* YOUR TASK: Scan the records beneath this line for the line holding "f 226 141 142" and the line holding "f 213 353 354", then transcribe exactly those two and all lines between.

(EXTRACTED ENTRIES Opens)

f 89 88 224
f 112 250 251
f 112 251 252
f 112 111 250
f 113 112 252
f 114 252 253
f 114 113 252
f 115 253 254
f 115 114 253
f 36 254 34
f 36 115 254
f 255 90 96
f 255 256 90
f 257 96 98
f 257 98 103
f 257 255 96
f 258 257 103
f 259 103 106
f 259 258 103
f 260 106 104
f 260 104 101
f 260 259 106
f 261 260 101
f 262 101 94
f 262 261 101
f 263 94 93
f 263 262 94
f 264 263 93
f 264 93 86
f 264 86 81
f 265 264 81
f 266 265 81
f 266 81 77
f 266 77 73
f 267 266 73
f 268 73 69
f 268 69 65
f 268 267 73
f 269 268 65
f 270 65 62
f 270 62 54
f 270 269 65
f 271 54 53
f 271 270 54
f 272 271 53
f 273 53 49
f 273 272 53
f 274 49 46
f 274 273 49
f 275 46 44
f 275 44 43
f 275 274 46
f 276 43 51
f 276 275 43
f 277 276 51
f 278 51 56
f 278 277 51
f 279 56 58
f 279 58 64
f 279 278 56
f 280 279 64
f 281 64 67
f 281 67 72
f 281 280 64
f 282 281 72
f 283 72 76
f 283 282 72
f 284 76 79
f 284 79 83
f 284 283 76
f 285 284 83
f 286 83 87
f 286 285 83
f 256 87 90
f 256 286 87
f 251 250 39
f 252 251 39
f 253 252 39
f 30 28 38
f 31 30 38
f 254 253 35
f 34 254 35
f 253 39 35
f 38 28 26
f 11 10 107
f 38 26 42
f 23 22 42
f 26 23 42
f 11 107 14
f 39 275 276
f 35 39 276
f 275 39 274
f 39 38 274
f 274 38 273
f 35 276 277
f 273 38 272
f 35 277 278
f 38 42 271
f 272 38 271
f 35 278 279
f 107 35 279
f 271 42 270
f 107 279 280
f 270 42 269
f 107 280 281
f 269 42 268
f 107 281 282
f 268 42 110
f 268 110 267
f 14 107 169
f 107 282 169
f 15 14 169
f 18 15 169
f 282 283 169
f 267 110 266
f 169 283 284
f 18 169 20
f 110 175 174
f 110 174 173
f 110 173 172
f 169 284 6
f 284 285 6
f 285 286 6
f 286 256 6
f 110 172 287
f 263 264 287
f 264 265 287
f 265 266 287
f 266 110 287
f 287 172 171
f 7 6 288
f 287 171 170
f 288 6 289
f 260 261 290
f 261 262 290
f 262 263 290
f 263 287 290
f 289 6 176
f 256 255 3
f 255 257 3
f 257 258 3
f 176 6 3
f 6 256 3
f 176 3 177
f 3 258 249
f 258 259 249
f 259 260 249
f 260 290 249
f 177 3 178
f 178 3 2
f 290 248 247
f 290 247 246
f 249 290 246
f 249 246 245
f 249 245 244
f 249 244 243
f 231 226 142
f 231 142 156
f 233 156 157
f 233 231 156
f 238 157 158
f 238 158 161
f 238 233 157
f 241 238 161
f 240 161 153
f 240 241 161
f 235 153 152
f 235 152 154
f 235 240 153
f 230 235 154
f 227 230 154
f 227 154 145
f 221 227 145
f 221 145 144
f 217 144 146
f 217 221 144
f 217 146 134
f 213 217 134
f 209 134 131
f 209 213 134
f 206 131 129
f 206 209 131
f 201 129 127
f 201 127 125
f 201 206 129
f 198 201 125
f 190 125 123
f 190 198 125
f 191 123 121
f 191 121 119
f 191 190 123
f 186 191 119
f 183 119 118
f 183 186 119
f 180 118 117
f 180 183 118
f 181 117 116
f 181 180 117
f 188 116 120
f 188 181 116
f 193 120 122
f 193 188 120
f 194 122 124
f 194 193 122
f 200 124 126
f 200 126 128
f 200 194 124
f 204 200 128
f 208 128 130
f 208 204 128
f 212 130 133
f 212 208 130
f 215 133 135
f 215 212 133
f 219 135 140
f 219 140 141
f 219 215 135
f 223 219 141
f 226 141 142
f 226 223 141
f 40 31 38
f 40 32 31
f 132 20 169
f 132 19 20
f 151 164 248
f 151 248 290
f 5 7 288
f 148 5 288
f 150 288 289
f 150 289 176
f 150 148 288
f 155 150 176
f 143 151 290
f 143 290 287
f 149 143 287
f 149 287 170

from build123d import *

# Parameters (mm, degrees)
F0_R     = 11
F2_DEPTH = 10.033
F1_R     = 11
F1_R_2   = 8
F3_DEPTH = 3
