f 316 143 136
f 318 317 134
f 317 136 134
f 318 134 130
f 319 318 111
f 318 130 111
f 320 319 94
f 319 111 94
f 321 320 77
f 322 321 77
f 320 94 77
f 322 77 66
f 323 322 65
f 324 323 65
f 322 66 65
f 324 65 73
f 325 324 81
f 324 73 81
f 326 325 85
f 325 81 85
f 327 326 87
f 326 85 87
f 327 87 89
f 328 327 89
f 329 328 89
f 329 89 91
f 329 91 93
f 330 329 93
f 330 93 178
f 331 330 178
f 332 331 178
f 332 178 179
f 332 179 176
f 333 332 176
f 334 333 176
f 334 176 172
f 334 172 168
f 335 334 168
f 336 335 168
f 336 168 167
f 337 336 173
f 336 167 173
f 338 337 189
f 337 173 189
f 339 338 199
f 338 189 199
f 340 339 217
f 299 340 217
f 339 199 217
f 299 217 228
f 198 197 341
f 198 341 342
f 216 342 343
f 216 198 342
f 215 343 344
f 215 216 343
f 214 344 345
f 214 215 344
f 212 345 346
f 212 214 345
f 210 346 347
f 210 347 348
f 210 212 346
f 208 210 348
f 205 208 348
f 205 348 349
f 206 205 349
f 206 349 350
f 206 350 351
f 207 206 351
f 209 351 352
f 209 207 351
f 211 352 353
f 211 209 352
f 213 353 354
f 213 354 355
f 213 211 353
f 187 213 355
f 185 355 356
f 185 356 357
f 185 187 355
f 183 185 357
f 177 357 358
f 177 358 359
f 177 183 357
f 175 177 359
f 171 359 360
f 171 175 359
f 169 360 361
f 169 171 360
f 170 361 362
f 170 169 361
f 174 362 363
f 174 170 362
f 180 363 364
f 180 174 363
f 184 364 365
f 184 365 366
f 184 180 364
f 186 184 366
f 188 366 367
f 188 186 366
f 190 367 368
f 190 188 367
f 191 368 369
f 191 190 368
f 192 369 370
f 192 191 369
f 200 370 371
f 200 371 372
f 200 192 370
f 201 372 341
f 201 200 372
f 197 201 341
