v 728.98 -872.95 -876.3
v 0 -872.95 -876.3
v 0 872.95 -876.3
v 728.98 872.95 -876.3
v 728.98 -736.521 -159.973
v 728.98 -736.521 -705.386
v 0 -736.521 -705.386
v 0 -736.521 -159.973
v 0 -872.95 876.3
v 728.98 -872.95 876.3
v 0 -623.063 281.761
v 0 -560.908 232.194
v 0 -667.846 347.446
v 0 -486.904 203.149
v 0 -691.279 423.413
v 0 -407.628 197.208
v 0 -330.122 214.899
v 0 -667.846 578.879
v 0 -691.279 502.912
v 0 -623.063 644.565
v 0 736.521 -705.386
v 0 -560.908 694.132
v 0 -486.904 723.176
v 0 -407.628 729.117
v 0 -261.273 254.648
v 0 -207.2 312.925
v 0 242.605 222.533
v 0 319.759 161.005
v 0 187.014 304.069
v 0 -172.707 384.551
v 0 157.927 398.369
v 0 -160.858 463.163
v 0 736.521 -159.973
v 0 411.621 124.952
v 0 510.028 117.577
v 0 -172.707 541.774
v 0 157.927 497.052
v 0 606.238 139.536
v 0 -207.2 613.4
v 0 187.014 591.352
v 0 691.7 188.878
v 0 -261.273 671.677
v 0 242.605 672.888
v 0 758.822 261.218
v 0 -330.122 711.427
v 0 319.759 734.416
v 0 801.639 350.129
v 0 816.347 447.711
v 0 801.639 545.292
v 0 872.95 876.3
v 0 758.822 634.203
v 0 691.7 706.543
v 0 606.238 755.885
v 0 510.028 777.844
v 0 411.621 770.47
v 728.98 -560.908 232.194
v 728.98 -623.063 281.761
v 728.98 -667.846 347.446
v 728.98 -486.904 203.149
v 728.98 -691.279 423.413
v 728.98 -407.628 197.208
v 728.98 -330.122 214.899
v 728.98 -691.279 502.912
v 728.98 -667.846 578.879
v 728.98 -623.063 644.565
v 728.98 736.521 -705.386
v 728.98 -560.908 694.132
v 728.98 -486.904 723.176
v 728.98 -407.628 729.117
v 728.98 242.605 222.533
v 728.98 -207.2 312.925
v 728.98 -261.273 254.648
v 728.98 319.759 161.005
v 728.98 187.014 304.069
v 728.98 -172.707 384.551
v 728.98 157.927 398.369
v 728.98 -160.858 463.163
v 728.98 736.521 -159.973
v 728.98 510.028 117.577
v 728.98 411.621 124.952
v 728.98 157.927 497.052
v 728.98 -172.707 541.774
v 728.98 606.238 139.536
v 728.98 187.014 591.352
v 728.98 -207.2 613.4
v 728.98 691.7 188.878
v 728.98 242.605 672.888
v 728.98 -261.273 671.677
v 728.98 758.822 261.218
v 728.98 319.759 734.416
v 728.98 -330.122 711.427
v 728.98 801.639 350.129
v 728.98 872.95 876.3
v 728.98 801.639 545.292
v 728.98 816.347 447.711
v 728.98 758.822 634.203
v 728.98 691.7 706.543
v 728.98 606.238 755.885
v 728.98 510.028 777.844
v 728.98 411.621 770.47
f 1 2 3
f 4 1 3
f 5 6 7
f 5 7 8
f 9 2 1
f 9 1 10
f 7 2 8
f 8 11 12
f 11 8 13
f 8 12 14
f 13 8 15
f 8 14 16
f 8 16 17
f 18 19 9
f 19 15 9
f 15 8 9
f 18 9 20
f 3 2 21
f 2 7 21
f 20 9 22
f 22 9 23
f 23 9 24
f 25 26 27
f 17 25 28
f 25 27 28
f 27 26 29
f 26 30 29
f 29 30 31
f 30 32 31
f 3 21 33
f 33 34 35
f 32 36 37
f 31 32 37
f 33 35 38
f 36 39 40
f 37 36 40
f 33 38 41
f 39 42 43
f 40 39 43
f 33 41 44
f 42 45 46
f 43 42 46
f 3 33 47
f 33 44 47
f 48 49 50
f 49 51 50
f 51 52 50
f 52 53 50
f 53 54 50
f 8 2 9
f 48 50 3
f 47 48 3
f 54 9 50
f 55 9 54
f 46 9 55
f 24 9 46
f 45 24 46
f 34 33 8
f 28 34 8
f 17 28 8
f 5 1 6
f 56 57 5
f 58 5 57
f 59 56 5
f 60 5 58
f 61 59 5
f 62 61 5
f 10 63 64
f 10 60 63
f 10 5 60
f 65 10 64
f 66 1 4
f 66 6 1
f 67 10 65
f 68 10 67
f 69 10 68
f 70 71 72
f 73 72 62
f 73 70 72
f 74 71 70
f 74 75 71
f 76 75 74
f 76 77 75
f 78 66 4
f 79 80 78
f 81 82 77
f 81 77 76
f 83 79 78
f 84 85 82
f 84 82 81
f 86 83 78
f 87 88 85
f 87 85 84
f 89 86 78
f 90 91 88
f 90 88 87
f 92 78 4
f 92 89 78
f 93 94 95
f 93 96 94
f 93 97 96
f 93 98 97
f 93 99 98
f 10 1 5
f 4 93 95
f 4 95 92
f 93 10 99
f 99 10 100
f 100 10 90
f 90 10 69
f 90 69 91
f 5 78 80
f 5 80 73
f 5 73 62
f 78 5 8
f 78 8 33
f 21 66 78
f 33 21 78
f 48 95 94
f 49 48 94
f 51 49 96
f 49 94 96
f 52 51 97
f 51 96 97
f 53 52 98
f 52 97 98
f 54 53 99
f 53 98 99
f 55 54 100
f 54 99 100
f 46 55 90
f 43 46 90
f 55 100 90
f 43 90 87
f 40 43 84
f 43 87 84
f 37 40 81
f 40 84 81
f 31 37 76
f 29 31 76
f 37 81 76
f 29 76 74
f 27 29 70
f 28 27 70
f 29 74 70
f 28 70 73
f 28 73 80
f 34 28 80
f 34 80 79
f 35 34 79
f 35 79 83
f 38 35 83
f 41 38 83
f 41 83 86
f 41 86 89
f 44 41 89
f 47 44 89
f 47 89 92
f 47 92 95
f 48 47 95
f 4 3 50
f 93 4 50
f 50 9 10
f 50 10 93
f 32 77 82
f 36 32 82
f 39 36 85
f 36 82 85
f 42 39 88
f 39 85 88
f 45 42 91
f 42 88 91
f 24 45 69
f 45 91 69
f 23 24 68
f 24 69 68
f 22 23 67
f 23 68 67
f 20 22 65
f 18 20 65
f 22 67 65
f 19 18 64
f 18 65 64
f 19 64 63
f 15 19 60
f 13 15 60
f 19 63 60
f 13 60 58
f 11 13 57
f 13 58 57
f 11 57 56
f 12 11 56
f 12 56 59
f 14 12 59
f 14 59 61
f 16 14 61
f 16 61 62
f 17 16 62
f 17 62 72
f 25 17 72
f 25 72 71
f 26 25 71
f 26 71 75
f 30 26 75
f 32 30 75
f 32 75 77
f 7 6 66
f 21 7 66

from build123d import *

# Parameters (mm, degrees)
F0_W     = 1745.899328
F0_H     = 1752.6
F1_DEPTH = 728.98
F2_R     = 266.7
F3_DEPTH = 949.96
F4_W     = 1473.042846
F4_H     = 545.412392
F4_R     = 331.059319
F5_DEPTH = 1889.76


with BuildPart() as f1:
    # F0 (on Right) → F1 (new body)
    with BuildSketch(Plane.YZ):
        Rectangle(F0_W, F0_H)
    extrude(amount=F1_DEPTH)

    # F2 (on face) → F3 (cut)
    with BuildSketch(Plane.YZ.offset(728.98)):
        with Locations((-427.558064, 463.162661)):
            Circle(F2_R)
    extrude(amount=-F3_DEPTH, mode=Mode.SUBTRACT)

    # F4 (on face) → F5 (cut)
    with BuildSketch(Plane.YZ.offset(728.98)):
        with Locations((0, -432.679504)):
            Rectangle(F4_W, F4_H)
        with Locations((485.288173, 447.710544)):
            Circle(F4_R)
    extrude(amount=-F5_DEPTH, mode=Mode.SUBTRACT)


solid = f1.part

(EXTRACTED ENTRIES Closes)

* TASK ANSWER:
f 226 141 142
f 226 223 141
f 40 31 38
f 40 32 31
f 132 20 169
f 132 19 20
f 151 164 248
f 151 248 290
f 5 7 288
f 148 5 288
f 150 288 289
f 150 289 176
f 150 148 288
f 155 150 176
f 143 151 290
f 143 290 287
f 149 143 287
f 149 287 170

from build123d import *

# Parameters (mm, degrees)
F0_R     = 11
F2_DEPTH = 10.033
F1_R     = 11
F1_R_2   = 8
F3_DEPTH = 3
f 316 143 136
f 318 317 134
f 317 136 134
f 318 134 130
f 319 318 111
f 318 130 111
f 320 319 94
f 319 111 94
f 321 320 77
f 322 321 77
f 320 94 77
f 322 77 66
f 323 322 65
f 324 323 65
f 322 66 65
f 324 65 73
f 325 324 81
f 324 73 81
f 326 325 85
f 325 81 85
f 327 326 87
f 326 85 87
f 327 87 89
f 328 327 89
f 329 328 89
f 329 89 91
f 329 91 93
f 330 329 93
f 330 93 178
f 331 330 178
f 332 331 178
f 332 178 179
f 332 179 176
f 333 332 176
f 334 333 176
f 334 176 172
f 334 172 168
f 335 334 168
f 336 335 168
f 336 168 167
f 337 336 173
f 336 167 173
f 338 337 189
f 337 173 189
f 339 338 199
f 338 189 199
f 340 339 217
f 299 340 217
f 339 199 217
f 299 217 228
f 198 197 341
f 198 341 342
f 216 342 343
f 216 198 342
f 215 343 344
f 215 216 343
f 214 344 345
f 214 215 344
f 212 345 346
f 212 214 345
f 210 346 347
f 210 347 348
f 210 212 346
f 208 210 348
f 205 208 348
f 205 348 349
f 206 205 349
f 206 349 350
f 206 350 351
f 207 206 351
f 209 351 352
f 209 207 351
f 211 352 353
f 211 209 352
f 213 353 354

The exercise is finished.